═══ Given records ═══

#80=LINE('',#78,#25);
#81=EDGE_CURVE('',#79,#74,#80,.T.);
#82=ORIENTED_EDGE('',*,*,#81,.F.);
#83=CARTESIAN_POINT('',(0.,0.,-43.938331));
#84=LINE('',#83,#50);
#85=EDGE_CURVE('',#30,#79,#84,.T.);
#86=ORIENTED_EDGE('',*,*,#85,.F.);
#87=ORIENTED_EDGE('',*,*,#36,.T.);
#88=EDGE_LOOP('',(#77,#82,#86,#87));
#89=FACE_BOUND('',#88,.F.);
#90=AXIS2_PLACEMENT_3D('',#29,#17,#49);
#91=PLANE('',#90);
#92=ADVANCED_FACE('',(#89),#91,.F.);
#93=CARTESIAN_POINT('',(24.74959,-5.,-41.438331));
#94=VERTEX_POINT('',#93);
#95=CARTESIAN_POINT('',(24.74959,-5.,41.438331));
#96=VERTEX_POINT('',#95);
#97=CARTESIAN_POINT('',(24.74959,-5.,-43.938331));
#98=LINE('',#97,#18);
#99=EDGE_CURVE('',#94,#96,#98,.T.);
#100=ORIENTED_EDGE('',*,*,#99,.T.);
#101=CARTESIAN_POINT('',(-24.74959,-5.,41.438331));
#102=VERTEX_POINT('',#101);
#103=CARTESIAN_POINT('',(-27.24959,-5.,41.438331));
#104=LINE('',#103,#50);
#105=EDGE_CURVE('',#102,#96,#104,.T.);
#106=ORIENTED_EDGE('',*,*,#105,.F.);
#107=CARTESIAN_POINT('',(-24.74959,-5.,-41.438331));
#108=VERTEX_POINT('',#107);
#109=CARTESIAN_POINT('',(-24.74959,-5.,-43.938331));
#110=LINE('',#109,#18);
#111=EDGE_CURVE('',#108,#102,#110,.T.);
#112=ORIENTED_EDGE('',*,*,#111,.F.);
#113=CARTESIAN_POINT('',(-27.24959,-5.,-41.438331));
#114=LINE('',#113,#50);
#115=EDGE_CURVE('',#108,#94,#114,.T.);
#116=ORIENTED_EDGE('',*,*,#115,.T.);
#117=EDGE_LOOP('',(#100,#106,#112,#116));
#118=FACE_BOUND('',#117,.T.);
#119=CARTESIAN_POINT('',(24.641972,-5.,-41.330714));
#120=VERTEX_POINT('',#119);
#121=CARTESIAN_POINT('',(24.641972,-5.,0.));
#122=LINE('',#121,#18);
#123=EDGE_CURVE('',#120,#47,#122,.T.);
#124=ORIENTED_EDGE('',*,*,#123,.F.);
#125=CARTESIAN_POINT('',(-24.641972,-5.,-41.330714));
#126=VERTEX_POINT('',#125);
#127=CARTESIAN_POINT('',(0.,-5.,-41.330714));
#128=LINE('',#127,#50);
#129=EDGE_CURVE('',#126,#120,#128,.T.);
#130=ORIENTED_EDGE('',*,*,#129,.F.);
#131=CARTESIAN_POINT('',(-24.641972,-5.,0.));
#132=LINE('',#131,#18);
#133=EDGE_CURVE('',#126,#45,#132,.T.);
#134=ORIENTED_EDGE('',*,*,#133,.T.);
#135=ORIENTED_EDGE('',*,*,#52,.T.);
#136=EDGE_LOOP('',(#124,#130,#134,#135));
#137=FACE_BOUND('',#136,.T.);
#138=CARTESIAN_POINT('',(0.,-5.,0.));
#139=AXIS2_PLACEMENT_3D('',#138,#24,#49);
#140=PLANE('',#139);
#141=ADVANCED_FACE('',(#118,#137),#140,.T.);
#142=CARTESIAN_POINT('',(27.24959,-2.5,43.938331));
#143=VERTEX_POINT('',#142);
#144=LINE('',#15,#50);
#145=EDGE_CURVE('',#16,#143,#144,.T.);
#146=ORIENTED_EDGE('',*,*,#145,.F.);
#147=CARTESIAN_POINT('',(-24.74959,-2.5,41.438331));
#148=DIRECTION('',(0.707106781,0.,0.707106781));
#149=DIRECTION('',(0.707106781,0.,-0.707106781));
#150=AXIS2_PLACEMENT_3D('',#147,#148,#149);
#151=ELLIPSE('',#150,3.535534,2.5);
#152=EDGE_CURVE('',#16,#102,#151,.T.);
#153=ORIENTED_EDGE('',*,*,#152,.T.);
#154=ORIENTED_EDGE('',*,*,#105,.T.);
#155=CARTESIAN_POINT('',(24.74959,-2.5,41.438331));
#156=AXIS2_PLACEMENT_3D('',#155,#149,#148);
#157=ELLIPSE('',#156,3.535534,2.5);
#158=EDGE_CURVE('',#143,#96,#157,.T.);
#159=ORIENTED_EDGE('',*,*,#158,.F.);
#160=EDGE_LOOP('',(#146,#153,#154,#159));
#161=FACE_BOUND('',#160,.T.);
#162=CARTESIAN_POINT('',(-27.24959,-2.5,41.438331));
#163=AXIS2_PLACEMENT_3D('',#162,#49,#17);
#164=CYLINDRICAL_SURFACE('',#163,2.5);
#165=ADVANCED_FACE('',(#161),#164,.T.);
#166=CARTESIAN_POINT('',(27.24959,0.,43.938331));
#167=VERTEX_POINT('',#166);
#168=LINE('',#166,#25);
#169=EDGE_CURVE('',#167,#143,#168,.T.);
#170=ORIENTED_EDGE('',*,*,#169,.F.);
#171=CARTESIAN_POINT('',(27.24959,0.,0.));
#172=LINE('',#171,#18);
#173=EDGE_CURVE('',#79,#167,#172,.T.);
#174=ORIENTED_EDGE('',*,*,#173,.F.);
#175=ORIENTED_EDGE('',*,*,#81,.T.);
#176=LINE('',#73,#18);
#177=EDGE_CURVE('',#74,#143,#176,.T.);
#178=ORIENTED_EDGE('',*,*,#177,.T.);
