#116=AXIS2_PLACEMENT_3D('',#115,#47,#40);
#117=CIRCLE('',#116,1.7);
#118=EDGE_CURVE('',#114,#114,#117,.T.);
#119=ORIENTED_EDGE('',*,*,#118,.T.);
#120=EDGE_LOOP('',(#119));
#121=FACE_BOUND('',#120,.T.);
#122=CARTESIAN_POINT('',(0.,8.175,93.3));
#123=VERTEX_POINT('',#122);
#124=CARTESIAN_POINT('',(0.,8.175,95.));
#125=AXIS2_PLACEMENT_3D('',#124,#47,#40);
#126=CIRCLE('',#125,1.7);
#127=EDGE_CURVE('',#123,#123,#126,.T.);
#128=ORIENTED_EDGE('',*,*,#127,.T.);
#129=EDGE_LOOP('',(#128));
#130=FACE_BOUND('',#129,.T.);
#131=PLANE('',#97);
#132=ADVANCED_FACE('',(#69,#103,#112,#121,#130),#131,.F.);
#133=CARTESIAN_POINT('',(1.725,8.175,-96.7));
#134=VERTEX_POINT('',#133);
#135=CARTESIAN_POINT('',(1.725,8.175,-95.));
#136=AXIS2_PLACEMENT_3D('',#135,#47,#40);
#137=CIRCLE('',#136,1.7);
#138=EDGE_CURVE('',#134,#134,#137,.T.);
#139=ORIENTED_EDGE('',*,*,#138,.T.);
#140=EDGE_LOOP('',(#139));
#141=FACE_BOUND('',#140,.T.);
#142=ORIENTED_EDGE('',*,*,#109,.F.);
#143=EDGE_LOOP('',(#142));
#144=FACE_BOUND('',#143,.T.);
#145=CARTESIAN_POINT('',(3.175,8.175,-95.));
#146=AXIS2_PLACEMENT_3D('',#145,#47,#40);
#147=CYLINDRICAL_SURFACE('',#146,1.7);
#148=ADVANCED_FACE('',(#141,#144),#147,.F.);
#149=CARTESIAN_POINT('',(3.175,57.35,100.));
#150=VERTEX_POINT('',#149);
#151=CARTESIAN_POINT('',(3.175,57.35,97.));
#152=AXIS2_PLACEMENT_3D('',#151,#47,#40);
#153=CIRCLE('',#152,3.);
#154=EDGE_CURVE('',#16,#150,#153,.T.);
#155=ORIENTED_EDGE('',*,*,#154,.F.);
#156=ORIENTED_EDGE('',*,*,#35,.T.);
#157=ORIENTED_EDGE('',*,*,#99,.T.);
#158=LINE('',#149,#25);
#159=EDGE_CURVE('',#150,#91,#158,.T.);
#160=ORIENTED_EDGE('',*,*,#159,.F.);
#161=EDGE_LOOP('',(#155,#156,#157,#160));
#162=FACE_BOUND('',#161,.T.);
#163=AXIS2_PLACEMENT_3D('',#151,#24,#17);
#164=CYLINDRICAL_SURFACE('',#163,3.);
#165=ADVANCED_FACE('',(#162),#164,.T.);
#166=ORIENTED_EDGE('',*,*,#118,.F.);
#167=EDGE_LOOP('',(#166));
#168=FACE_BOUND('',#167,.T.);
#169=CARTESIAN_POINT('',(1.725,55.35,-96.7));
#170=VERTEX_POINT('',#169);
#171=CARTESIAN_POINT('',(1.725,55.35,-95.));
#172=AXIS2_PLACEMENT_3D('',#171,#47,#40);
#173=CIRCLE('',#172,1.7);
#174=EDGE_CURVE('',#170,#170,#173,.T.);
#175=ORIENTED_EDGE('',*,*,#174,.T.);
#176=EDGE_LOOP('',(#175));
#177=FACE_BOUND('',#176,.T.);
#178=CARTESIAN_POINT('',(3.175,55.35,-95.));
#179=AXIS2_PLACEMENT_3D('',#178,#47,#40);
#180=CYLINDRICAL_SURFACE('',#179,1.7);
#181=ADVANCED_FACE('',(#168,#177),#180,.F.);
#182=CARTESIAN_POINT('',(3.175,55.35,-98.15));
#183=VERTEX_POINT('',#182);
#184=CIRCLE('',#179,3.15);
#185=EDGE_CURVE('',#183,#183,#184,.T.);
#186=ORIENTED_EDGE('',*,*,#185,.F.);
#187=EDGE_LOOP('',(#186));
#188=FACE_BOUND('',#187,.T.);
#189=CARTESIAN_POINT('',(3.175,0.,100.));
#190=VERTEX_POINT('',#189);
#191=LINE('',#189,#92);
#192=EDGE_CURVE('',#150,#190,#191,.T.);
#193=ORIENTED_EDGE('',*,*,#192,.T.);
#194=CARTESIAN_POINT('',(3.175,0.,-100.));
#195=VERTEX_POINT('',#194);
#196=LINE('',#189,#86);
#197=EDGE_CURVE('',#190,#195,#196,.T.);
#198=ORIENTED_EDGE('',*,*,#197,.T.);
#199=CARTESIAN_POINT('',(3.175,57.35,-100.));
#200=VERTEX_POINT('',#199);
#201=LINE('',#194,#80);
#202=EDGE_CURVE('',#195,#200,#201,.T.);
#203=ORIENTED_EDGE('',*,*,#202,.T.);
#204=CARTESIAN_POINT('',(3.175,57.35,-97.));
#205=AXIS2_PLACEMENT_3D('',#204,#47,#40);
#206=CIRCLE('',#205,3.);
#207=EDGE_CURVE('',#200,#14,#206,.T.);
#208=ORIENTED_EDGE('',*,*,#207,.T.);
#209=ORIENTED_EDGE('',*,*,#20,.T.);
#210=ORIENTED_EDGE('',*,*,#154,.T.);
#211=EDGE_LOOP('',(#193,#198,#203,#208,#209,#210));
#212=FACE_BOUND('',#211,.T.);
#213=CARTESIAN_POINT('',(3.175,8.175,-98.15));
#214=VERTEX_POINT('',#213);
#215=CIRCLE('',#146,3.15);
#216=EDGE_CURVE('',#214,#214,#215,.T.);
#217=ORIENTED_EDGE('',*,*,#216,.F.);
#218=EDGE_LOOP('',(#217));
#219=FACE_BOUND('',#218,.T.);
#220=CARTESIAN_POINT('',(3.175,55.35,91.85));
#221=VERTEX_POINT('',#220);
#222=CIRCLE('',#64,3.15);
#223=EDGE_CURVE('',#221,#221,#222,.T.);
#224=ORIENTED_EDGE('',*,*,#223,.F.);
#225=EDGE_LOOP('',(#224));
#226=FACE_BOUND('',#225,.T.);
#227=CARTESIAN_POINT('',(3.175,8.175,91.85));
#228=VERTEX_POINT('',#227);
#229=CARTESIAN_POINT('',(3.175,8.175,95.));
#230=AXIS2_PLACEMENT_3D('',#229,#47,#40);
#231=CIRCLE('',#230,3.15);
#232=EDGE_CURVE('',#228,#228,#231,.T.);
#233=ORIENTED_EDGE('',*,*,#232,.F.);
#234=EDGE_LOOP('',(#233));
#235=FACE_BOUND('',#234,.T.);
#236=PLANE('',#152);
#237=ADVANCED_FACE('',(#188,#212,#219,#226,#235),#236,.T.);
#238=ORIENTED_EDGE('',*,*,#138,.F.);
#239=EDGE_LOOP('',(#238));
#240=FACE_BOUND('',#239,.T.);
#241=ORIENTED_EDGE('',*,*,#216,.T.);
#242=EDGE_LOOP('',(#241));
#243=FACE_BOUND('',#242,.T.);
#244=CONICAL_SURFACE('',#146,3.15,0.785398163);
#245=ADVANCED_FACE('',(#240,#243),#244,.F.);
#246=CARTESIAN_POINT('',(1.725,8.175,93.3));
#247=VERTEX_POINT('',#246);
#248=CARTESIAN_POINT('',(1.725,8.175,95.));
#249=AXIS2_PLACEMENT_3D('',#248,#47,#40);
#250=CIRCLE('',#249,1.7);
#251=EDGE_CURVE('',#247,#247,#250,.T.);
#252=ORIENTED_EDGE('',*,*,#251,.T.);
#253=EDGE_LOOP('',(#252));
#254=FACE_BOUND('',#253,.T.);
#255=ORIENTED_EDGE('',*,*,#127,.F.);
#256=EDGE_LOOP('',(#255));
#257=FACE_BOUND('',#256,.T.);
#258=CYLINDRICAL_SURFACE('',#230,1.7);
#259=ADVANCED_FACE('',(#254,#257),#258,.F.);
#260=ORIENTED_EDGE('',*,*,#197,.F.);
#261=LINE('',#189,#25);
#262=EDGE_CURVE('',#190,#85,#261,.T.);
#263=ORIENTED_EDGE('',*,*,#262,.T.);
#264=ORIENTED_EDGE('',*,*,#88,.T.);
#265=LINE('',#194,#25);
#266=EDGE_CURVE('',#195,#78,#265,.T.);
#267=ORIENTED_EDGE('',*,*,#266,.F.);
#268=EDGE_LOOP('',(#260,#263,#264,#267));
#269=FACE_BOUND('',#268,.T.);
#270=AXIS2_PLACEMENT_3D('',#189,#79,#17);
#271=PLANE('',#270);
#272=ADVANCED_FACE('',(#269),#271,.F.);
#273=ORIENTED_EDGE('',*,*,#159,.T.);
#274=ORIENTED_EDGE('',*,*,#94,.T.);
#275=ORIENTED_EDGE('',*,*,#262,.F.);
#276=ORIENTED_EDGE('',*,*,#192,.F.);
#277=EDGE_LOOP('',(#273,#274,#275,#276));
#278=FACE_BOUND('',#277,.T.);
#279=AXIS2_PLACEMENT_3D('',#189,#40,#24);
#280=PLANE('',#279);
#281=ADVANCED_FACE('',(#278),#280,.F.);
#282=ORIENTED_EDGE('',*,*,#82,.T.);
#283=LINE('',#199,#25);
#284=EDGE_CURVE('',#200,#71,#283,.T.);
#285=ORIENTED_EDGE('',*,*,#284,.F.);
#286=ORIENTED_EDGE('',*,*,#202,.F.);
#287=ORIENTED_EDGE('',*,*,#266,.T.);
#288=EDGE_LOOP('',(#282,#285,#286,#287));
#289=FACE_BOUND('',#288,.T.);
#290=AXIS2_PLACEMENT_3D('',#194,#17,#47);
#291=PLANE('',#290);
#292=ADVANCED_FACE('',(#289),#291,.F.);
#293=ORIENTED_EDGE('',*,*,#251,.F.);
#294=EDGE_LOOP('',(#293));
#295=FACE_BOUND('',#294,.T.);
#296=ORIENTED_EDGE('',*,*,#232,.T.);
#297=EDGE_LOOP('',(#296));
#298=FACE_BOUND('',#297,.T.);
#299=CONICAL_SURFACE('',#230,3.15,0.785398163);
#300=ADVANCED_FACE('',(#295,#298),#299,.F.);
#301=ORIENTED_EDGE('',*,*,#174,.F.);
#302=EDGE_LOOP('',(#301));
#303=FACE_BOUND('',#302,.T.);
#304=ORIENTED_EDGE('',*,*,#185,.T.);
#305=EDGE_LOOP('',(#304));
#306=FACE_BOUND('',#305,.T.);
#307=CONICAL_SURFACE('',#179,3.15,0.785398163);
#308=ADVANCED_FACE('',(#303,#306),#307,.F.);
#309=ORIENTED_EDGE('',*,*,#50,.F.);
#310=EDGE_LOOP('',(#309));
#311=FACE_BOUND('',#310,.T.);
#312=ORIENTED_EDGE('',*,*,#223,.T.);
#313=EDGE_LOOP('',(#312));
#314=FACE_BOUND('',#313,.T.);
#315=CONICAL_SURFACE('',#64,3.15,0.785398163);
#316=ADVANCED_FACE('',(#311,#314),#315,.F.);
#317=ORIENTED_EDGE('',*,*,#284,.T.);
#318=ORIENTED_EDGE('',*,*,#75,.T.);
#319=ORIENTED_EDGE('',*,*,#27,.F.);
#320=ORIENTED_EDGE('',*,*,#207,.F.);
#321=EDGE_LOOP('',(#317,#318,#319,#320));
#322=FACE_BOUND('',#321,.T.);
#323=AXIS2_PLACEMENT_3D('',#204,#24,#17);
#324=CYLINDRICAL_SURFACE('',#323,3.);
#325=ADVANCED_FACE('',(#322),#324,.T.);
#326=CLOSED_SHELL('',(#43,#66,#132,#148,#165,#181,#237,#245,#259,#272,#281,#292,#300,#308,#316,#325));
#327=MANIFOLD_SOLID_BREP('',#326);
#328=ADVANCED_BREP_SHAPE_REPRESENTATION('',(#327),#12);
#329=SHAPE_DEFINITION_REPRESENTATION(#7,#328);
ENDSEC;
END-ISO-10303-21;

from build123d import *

═══

**Problem statement**
Within the data above, the span starting at the line containing "#298=FACE_BOUND('',#297,.T.);" and ending at the line containing "#307=CONICAL_SURFACE('',#179,3.15,0.785398163);" is to be retyped exactly, with no other lines.

**Response below**
#298=FACE_BOUND('',#297,.T.);
#299=CONICAL_SURFACE('',#230,3.15,0.785398163);
#300=ADVANCED_FACE('',(#295,#298),#299,.F.);
#301=ORIENTED_EDGE('',*,*,#174,.F.);
#302=EDGE_LOOP('',(#301));
#303=FACE_BOUND('',#302,.T.);
#304=ORIENTED_EDGE('',*,*,#185,.T.);
#305=EDGE_LOOP('',(#304));
#306=FACE_BOUND('',#305,.T.);
#307=CONICAL_SURFACE('',#179,3.15,0.785398163);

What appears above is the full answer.